Within the entries below, the lines from the one with "extrude(amount=F1_DEPTH)" through the one with "# FreeCAD 1.0 macro for this part" are to be set down exactly, both ends kept.
....
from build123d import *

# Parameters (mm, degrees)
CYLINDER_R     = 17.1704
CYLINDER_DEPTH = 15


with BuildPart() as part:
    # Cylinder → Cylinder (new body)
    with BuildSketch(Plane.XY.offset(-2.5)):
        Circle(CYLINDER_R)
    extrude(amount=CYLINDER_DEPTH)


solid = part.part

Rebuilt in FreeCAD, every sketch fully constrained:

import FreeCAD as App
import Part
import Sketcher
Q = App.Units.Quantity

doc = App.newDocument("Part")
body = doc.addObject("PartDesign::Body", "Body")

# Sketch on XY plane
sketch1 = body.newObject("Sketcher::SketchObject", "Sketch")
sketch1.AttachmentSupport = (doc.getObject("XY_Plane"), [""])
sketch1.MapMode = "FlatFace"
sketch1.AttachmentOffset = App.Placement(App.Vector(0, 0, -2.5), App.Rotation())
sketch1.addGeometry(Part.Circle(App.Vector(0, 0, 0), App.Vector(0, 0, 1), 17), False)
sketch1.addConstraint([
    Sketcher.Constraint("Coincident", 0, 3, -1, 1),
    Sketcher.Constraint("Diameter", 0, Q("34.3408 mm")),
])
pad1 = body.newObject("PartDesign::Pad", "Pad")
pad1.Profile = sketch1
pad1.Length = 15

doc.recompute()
....
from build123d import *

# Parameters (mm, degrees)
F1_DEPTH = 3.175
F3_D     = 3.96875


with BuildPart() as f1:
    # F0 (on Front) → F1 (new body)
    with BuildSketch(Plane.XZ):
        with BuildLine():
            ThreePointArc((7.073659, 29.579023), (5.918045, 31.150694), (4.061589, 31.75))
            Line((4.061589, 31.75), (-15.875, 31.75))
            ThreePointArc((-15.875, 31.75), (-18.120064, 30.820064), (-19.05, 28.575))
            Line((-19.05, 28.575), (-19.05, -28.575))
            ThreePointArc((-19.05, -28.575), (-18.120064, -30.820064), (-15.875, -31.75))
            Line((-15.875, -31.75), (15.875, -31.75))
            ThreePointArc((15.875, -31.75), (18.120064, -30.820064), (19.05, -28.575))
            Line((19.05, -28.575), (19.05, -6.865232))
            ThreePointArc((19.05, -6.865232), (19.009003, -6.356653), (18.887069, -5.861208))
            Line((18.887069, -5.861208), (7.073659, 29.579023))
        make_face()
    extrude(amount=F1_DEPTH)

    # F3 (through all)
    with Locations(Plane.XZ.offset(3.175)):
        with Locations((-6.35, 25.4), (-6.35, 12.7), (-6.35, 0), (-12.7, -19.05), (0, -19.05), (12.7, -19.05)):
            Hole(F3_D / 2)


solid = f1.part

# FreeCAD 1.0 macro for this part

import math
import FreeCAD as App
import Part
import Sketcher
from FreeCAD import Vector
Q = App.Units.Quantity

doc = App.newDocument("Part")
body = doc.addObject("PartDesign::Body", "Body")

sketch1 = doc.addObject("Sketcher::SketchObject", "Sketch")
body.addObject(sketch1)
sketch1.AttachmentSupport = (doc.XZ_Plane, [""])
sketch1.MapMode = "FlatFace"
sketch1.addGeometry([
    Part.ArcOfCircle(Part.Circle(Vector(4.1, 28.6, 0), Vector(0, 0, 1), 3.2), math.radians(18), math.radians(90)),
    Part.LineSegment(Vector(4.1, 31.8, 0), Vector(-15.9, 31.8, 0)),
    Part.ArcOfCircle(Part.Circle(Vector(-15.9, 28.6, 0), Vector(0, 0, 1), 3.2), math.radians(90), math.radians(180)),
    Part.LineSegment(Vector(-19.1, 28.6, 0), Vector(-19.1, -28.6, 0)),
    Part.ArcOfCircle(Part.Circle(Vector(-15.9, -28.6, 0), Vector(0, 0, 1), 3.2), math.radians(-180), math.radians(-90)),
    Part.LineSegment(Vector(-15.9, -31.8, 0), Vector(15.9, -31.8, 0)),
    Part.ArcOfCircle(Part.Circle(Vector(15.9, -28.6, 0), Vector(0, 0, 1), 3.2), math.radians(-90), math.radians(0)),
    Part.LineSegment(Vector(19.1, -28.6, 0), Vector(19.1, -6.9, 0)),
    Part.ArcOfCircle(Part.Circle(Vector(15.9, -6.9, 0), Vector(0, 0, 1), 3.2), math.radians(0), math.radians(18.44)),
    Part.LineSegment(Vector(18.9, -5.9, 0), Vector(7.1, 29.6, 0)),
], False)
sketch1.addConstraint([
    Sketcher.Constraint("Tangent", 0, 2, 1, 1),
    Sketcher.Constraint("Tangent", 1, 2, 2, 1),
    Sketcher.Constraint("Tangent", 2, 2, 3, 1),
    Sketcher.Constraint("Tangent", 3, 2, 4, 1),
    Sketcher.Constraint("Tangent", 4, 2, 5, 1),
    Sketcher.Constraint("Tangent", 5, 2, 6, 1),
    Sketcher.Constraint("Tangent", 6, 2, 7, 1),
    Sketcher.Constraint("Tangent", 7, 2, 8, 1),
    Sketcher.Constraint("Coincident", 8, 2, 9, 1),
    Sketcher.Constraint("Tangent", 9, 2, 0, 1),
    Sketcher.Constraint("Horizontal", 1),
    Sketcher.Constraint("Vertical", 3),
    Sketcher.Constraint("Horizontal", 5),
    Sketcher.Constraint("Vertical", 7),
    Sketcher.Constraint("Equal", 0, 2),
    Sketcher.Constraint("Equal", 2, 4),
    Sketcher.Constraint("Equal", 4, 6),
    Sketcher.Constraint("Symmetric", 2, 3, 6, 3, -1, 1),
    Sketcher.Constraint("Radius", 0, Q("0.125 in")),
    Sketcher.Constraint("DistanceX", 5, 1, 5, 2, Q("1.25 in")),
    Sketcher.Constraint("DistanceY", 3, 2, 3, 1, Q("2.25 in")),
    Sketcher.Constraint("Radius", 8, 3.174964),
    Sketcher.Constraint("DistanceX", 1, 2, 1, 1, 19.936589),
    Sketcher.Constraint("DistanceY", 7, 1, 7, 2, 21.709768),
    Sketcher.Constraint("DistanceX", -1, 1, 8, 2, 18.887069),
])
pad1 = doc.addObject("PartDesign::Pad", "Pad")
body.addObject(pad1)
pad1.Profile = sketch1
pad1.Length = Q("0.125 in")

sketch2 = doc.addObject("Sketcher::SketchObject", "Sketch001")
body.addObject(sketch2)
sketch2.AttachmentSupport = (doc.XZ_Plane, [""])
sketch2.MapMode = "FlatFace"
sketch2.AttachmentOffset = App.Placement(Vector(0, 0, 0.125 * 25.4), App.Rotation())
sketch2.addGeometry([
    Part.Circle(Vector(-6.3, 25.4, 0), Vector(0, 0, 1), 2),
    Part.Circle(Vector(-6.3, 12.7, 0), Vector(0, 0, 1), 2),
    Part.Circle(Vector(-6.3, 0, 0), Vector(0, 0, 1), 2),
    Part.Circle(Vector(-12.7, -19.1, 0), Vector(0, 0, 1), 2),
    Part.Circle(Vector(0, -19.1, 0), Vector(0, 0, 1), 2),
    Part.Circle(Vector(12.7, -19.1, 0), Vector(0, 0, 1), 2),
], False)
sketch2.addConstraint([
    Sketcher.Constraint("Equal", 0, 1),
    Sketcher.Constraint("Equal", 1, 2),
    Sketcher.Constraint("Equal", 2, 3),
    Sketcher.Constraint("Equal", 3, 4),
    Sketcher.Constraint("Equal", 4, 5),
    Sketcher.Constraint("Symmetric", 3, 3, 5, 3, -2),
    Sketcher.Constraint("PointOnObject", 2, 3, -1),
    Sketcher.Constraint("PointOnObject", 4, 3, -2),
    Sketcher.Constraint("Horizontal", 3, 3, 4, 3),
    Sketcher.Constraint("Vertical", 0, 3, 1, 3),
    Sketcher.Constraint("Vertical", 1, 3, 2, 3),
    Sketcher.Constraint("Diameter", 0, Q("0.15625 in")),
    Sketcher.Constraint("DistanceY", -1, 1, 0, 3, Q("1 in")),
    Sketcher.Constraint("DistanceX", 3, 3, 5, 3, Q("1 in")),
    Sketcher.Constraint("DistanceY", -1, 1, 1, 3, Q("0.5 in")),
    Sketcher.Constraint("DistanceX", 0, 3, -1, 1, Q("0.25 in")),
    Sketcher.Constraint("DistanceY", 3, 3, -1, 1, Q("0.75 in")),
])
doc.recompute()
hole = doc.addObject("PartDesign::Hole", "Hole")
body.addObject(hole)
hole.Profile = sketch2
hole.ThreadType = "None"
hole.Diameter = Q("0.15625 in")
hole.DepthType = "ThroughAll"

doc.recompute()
....
## TASK ANSWER
    extrude(amount=F1_DEPTH)

    # F3 (through all)
    with Locations(Plane.XZ.offset(3.175)):
        with Locations((-6.35, 25.4), (-6.35, 12.7), (-6.35, 0), (-12.7, -19.05), (0, -19.05), (12.7, -19.05)):
            Hole(F3_D / 2)


solid = f1.part

# FreeCAD 1.0 macro for this part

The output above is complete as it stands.